Entries taken from a collection
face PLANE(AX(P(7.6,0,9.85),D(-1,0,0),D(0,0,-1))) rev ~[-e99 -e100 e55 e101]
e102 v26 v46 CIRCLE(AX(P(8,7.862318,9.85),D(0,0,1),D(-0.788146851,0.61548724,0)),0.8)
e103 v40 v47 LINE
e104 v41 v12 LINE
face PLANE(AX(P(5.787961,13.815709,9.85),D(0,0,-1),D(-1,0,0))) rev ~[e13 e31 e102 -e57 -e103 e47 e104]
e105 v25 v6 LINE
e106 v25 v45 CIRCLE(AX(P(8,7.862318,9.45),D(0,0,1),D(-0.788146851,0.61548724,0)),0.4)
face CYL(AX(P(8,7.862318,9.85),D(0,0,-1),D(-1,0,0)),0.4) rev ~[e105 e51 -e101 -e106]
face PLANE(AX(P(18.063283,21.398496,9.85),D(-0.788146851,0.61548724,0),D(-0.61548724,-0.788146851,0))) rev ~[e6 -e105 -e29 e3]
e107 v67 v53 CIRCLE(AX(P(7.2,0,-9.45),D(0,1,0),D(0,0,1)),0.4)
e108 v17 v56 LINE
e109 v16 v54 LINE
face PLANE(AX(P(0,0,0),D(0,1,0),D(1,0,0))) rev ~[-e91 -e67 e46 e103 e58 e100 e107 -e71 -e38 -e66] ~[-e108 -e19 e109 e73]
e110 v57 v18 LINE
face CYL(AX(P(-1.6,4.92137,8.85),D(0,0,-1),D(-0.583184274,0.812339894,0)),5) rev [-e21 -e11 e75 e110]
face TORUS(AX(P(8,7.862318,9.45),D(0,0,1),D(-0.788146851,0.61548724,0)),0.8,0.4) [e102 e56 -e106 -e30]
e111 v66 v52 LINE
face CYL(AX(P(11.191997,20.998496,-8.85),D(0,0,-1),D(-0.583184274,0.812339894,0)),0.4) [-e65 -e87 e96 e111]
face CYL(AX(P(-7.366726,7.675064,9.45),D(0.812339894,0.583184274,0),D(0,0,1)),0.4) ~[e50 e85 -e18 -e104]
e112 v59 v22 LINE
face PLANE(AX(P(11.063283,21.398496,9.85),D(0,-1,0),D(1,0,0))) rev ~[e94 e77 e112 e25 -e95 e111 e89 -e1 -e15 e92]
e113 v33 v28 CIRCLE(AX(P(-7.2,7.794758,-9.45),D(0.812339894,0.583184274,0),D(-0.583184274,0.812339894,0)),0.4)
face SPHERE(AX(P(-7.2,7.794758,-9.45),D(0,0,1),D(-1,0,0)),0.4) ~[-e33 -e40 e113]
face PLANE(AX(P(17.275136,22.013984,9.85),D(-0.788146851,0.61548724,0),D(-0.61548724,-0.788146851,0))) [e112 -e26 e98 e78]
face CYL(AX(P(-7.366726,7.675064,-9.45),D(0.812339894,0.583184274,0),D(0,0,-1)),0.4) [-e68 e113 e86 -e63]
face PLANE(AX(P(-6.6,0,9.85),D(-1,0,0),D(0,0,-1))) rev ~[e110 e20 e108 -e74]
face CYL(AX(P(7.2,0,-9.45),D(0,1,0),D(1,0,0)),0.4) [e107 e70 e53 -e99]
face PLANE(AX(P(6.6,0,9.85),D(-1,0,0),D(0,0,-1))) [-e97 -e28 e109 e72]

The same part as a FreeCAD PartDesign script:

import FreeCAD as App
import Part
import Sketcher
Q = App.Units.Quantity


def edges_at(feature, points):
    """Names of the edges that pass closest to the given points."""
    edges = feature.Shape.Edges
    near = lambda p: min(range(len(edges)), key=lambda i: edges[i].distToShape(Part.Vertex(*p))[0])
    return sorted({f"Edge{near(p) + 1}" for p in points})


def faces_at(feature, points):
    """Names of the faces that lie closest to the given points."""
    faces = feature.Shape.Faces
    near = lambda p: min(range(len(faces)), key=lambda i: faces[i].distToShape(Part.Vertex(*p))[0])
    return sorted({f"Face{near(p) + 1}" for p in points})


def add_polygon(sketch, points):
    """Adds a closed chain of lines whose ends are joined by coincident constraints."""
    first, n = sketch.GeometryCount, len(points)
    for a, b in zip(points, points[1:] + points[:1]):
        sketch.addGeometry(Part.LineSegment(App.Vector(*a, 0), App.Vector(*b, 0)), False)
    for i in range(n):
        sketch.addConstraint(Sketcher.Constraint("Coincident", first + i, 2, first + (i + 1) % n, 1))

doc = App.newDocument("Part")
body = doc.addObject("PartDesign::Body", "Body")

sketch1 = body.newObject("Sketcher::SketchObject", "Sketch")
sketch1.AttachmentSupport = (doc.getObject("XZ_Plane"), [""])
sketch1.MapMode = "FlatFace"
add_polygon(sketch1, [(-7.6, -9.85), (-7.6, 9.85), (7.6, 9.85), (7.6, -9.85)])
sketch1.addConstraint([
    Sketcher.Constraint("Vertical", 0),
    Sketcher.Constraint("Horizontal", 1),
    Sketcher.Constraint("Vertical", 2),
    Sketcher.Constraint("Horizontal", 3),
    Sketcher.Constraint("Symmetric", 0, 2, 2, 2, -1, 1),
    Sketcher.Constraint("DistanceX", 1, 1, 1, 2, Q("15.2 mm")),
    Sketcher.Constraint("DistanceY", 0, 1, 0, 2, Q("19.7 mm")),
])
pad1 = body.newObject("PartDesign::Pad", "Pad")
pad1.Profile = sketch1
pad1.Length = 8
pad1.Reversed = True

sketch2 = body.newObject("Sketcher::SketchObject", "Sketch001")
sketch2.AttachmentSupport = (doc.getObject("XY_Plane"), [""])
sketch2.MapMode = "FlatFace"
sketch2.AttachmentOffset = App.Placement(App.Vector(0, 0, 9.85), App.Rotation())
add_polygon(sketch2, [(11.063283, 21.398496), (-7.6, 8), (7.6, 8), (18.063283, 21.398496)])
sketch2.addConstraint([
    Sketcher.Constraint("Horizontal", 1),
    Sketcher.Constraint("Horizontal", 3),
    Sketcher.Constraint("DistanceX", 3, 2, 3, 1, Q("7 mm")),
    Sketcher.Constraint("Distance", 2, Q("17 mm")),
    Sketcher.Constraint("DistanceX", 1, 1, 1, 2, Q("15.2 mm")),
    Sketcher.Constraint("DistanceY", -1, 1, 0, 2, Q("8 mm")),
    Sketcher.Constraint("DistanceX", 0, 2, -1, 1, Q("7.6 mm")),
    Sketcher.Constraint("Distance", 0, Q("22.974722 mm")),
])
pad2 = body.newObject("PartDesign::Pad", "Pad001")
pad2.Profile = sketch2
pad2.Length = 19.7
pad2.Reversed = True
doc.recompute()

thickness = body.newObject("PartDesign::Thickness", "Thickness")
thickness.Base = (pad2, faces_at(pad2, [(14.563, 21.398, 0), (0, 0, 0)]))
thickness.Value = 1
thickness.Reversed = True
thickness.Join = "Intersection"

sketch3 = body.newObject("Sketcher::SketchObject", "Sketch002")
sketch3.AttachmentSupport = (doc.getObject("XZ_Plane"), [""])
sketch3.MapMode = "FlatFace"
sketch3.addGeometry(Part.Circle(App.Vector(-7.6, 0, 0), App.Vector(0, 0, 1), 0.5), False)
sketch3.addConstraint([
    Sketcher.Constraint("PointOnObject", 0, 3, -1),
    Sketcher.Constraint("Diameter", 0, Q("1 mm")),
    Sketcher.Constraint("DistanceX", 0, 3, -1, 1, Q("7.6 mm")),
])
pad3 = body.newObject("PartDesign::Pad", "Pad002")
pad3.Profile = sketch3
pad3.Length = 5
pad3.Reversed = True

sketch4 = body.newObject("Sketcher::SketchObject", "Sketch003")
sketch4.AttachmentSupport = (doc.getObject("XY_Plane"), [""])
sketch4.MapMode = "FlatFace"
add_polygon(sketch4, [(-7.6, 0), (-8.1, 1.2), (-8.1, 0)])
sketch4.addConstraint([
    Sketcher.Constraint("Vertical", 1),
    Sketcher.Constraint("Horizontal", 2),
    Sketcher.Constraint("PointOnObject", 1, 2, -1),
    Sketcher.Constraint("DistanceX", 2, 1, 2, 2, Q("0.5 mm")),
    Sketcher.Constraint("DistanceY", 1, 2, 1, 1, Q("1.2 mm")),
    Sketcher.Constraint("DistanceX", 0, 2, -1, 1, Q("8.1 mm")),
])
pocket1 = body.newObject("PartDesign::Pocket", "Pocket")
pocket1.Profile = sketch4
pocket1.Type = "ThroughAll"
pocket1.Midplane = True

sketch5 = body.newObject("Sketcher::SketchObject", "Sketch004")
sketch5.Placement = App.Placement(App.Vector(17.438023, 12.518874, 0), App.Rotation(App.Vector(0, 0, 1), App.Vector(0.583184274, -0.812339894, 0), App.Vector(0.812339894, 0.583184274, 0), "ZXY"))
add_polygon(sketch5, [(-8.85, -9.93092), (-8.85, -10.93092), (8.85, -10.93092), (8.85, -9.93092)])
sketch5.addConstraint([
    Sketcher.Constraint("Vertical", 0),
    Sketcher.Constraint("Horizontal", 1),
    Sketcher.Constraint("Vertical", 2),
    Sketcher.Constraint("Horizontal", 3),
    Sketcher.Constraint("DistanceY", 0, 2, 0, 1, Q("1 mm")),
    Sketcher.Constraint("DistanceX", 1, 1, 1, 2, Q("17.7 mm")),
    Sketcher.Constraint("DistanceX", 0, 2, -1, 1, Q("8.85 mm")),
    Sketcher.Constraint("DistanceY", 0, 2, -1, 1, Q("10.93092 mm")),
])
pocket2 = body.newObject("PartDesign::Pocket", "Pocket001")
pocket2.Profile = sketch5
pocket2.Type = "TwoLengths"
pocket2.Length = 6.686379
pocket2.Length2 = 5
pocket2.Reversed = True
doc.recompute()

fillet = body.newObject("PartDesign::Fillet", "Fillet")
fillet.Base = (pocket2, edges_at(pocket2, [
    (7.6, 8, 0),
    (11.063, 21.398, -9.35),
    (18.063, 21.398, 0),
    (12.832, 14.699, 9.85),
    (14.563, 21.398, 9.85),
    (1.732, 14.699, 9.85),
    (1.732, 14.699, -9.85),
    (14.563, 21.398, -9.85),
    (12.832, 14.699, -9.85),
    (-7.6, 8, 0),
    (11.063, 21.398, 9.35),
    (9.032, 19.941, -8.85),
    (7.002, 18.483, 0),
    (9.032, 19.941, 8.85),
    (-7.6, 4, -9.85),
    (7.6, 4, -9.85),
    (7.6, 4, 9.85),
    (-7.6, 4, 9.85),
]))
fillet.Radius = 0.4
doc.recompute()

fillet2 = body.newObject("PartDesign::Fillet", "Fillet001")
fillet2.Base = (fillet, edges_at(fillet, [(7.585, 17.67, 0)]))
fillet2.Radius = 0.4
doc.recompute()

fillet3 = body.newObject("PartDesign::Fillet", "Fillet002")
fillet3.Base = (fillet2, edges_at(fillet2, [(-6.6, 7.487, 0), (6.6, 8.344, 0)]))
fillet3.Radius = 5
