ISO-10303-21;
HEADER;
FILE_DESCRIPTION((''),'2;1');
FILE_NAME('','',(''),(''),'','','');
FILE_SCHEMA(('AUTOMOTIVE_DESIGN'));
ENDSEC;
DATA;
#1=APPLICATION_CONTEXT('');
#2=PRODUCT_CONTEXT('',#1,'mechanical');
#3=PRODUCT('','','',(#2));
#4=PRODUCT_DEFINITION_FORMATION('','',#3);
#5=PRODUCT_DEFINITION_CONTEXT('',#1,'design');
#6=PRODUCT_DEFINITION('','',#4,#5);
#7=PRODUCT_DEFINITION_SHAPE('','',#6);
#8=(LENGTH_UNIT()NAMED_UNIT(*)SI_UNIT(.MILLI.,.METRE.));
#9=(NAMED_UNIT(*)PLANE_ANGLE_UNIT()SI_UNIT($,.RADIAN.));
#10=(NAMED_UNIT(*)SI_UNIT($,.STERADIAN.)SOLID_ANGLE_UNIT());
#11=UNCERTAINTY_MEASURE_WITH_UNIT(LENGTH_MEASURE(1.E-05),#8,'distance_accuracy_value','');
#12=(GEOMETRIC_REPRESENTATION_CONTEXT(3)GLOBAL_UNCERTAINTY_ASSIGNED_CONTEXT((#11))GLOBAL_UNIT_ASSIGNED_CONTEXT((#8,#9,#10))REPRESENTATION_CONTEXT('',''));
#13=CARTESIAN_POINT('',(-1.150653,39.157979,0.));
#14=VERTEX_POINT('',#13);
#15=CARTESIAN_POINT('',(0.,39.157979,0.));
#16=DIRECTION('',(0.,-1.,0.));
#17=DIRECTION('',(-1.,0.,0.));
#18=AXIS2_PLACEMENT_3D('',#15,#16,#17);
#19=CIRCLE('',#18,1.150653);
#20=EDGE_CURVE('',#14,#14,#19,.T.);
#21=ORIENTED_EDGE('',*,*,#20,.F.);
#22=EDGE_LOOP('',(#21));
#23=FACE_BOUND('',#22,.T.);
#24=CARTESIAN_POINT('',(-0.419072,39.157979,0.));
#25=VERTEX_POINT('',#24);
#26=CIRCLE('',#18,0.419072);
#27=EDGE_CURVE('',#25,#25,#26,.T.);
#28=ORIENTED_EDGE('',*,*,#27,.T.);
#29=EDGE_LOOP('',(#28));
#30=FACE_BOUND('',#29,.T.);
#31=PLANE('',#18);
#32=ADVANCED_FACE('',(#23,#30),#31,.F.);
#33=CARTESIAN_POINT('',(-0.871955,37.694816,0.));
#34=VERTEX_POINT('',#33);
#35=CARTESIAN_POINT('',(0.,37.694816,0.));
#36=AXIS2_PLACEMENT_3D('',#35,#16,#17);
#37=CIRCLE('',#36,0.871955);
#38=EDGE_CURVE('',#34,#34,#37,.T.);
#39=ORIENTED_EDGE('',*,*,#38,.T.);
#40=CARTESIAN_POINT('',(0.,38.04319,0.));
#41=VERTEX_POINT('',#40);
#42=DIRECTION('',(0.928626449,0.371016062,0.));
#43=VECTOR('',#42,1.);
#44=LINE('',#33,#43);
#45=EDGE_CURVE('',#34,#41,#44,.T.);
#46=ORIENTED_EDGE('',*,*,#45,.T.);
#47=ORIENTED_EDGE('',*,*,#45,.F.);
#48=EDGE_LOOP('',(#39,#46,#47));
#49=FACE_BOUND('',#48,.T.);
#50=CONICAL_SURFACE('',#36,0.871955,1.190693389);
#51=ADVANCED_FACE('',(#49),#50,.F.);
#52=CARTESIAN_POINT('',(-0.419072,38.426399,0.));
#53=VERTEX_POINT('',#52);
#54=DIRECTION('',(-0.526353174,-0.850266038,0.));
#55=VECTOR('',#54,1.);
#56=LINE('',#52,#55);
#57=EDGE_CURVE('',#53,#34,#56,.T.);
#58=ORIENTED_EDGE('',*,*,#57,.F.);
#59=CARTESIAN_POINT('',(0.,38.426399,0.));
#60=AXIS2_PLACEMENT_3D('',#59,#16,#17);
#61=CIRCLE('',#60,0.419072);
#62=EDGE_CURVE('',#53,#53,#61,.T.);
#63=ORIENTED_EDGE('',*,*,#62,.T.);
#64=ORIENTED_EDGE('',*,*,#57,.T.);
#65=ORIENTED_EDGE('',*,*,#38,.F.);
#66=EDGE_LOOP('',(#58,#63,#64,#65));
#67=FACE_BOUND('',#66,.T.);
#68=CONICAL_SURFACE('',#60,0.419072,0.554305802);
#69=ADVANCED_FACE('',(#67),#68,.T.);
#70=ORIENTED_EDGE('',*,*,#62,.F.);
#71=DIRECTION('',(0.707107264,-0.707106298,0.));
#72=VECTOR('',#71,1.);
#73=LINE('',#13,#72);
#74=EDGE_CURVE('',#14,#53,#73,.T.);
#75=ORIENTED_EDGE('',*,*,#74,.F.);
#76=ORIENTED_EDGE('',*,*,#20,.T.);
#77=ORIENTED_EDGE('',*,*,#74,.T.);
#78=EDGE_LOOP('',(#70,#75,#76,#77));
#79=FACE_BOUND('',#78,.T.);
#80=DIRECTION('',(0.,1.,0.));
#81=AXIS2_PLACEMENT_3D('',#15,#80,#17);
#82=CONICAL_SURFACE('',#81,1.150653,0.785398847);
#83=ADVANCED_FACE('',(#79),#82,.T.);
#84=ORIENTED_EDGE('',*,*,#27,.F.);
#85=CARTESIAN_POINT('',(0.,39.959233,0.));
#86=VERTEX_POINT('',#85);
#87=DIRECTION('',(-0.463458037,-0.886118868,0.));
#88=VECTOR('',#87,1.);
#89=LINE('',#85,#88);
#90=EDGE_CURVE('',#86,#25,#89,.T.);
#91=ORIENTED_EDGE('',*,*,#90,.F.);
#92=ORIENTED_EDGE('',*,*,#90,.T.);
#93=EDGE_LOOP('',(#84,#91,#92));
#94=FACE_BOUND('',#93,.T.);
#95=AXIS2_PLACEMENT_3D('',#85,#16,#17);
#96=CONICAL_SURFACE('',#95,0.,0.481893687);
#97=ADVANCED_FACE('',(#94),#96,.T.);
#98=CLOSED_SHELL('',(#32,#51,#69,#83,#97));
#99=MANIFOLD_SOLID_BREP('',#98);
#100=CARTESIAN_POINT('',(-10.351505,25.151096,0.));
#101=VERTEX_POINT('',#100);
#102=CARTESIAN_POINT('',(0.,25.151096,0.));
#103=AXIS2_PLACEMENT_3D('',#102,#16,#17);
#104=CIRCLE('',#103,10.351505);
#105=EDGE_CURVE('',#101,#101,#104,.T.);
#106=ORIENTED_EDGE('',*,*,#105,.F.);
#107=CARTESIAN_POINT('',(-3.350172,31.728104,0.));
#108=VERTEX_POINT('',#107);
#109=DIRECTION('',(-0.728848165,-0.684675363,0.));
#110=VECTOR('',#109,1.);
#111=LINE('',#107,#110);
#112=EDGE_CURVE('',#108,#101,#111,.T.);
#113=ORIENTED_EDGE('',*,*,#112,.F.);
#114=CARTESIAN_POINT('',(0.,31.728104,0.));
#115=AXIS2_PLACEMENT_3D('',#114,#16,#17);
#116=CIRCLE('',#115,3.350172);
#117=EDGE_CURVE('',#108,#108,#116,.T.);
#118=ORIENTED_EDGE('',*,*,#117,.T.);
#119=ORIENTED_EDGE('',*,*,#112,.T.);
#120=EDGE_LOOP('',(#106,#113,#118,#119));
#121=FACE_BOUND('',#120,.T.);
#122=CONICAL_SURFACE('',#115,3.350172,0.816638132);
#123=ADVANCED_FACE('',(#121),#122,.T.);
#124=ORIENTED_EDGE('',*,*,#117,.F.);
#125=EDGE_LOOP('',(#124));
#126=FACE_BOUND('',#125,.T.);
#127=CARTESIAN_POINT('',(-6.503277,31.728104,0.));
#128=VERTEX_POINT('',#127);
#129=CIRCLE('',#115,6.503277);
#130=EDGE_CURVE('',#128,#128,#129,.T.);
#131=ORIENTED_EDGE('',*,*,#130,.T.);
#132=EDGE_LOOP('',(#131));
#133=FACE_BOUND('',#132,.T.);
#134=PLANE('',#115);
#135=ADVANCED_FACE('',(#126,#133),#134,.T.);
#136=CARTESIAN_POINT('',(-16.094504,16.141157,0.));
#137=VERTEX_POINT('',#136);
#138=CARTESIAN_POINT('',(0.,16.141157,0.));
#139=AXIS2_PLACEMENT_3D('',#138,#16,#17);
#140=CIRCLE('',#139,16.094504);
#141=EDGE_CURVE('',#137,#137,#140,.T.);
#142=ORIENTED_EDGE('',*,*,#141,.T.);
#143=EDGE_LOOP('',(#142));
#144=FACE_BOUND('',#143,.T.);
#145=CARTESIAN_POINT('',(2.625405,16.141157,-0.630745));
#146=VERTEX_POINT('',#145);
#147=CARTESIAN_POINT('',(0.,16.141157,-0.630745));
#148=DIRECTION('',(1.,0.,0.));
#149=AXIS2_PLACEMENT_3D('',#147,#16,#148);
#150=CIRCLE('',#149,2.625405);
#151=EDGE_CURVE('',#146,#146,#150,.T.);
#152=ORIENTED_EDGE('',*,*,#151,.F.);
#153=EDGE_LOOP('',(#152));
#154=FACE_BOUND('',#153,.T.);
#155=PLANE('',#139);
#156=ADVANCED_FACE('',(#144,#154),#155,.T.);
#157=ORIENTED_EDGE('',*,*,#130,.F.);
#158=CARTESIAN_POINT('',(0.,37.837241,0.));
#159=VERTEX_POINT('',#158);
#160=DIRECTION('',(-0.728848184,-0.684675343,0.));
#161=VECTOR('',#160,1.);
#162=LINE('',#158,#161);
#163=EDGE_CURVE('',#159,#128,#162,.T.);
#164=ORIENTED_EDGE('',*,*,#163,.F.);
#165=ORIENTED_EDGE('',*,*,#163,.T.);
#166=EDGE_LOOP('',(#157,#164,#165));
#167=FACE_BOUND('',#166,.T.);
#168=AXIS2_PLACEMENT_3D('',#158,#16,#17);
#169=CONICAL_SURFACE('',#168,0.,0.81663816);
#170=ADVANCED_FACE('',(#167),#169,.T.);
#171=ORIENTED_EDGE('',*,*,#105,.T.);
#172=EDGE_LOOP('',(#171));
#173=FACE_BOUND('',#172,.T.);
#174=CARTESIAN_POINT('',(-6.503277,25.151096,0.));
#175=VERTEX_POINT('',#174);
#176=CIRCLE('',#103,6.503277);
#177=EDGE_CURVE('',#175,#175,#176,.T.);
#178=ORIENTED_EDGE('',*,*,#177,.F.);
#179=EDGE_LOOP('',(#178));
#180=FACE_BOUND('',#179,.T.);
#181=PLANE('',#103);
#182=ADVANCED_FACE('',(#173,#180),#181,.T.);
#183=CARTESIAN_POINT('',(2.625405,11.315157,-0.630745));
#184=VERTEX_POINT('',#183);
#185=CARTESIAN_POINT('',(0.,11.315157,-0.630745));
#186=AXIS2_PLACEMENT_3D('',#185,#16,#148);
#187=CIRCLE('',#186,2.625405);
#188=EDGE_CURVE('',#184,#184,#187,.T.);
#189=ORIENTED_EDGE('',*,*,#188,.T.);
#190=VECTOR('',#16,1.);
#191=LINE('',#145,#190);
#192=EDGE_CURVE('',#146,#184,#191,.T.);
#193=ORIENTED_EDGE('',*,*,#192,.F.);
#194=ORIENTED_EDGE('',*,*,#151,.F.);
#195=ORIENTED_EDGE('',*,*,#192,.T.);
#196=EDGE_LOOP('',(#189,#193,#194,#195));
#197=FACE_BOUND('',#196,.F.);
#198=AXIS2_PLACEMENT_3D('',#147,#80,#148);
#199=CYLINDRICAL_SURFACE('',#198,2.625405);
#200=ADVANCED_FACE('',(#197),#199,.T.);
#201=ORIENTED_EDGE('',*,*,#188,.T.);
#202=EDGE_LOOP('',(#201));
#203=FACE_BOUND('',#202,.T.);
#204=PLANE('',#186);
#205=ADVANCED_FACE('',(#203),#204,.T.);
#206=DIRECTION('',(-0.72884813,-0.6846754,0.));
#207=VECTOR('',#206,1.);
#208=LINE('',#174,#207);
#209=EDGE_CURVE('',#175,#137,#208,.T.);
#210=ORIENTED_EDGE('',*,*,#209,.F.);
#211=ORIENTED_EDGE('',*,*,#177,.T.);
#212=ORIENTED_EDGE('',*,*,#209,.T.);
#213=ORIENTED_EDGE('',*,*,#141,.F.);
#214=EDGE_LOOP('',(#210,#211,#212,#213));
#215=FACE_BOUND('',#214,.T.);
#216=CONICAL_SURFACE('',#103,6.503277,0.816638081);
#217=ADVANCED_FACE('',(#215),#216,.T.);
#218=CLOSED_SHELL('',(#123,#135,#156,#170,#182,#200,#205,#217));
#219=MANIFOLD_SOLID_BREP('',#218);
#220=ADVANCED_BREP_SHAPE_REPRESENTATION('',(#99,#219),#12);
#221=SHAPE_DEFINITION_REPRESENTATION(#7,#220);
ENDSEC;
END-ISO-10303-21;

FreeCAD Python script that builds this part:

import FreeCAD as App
import Part
import Sketcher

V = App.Vector
Q = App.Units.Quantity


def add_polygon(sketch, points):
    """Adds a closed chain of lines whose ends are joined by coincident constraints."""
    first, n = sketch.GeometryCount, len(points)
    for a, b in zip(points, points[1:] + points[:1]):
        sketch.addGeometry(Part.LineSegment(App.Vector(*a, 0), App.Vector(*b, 0)), False)
    for i in range(n):
        sketch.addConstraint(Sketcher.Constraint("Coincident", first + i, 2, first + (i + 1) % n, 1))

doc = App.newDocument("Part")
body = doc.addObject("PartDesign::Body", "Body")

# Sketch on XY plane
sketch1 = body.newObject("Sketcher::SketchObject", "Sketch")
sketch1.AttachmentSupport = (doc.getObject("XY_Plane"), [""])
sketch1.MapMode = "FlatFace"
add_polygon(sketch1, [(0, 16.1), (0, 37.8), (-6.5, 31.7), (-3.4, 31.7), (-10.4, 25.2), (-6.5, 25.2), (-16.1, 16.1)])  # lines 0-6
sketch1.addConstraint([
    Sketcher.Constraint("Vertical", 0),
    Sketcher.Constraint("Horizontal", 2),
    Sketcher.Constraint("Horizontal", 4),
    Sketcher.Constraint("Horizontal", 6),
    Sketcher.Constraint("PointOnObject", 0, 2, -2),
    Sketcher.Constraint("Parallel", 1, 3),
    Sketcher.Constraint("Parallel", 3, 5),
    Sketcher.Constraint("Vertical", 1, 2, 4, 2),
    Sketcher.Constraint("DistanceX", 5, 2, 3, 2, Q("5.742999 mm")),
    Sketcher.Constraint("Distance", 5, Q("13.159431 mm")),
    Sketcher.Constraint("DistanceX", 2, 1, 2, 2, Q("3.153105 mm")),
    Sketcher.Constraint("DistanceX", 4, 1, 4, 2, Q("3.848228 mm")),
    Sketcher.Constraint("DistanceX", 6, 1, 6, 2, Q("16.094504 mm")),
    Sketcher.Constraint("DistanceY", -1, 1, 0, 2, Q("37.837241 mm")),
])
revolution = body.newObject("PartDesign::Revolution", "Revolution")
revolution.Profile = sketch1
revolution.ReferenceAxis = (sketch1, ["V_Axis"])
revolution.Angle = 360

# Sketch on XZ plane
sketch2 = body.newObject("Sketcher::SketchObject", "Sketch001")
sketch2.AttachmentSupport = (doc.getObject("XZ_Plane"), [""])
sketch2.MapMode = "FlatFace"
sketch2.AttachmentOffset = App.Placement(V(0, 0, -16.141157), App.Rotation())
sketch2.addGeometry(Part.Circle(V(0, -0.6, 0), V(0, 0, 1), 2.6), False)
sketch2.addConstraint([
    Sketcher.Constraint("PointOnObject", 0, 3, -2),
    Sketcher.Constraint("Diameter", 0, Q("5.25081 mm")),
    Sketcher.Constraint("DistanceY", 0, 3, -1, 1, Q("0.630745 mm")),
])
pad1 = body.newObject("PartDesign::Pad", "Pad")
pad1.Profile = sketch2
pad1.Length = Q("0.19 in")
body2 = doc.addObject("PartDesign::Body", "Body001")

# Sketch on XY plane
sketch3 = body2.newObject("Sketcher::SketchObject", "Sketch002")
sketch3.AttachmentSupport = (doc.getObject("XY_Plane001"), [""])
sketch3.MapMode = "FlatFace"
add_polygon(sketch3, [(0, 38), (0, 40), (-0.4, 39.2), (-1.2, 39.2), (-0.4, 38.4), (-0.9, 37.7)])  # lines 0-5
sketch3.addConstraint([
    Sketcher.Constraint("Vertical", 0),
    Sketcher.Constraint("Horizontal", 2),
    Sketcher.Constraint("PointOnObject", 0, 2, -2),
    Sketcher.Constraint("Vertical", 1, 2, 3, 2),
    Sketcher.Constraint("DistanceX", 2, 2, 2, 1, Q("0.731581 mm")),
    Sketcher.Constraint("DistanceY", -1, 1, 3, 2, Q("38.426399 mm")),
    Sketcher.Constraint("Distance", 1, Q("0.904229 mm")),
    Sketcher.Constraint("Distance", 3, Q("1.034611 mm")),
    Sketcher.Constraint("DistanceY", 0, 1, 0, 2, Q("1.916043 mm")),
    Sketcher.Constraint("DistanceY", -1, 1, 5, 2, Q("38.04319 mm")),
    Sketcher.Constraint("Distance", 4, Q("0.860417 mm")),
    Sketcher.Constraint("Distance", 5, Q("0.938973 mm")),
])
revolution2 = body2.newObject("PartDesign::Revolution", "Revolution001")
revolution2.Profile = sketch3
revolution2.ReferenceAxis = (sketch3, ["V_Axis"])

EXERCISE BRIEF: Give back exactly the lines from the first line of the records through the line holding "e110 v57 v18 LINE", including both of those lines and leaving out all others.

OUTPUT OF THE EXERCISE:
face PLANE(AX(P(7.6,0,9.85),D(-1,0,0),D(0,0,-1))) rev ~[-e99 -e100 e55 e101]
e102 v26 v46 CIRCLE(AX(P(8,7.862318,9.85),D(0,0,1),D(-0.788146851,0.61548724,0)),0.8)
e103 v40 v47 LINE
e104 v41 v12 LINE
face PLANE(AX(P(5.787961,13.815709,9.85),D(0,0,-1),D(-1,0,0))) rev ~[e13 e31 e102 -e57 -e103 e47 e104]
e105 v25 v6 LINE
e106 v25 v45 CIRCLE(AX(P(8,7.862318,9.45),D(0,0,1),D(-0.788146851,0.61548724,0)),0.4)
face CYL(AX(P(8,7.862318,9.85),D(0,0,-1),D(-1,0,0)),0.4) rev ~[e105 e51 -e101 -e106]
face PLANE(AX(P(18.063283,21.398496,9.85),D(-0.788146851,0.61548724,0),D(-0.61548724,-0.788146851,0))) rev ~[e6 -e105 -e29 e3]
e107 v67 v53 CIRCLE(AX(P(7.2,0,-9.45),D(0,1,0),D(0,0,1)),0.4)
e108 v17 v56 LINE
e109 v16 v54 LINE
face PLANE(AX(P(0,0,0),D(0,1,0),D(1,0,0))) rev ~[-e91 -e67 e46 e103 e58 e100 e107 -e71 -e38 -e66] ~[-e108 -e19 e109 e73]
e110 v57 v18 LINE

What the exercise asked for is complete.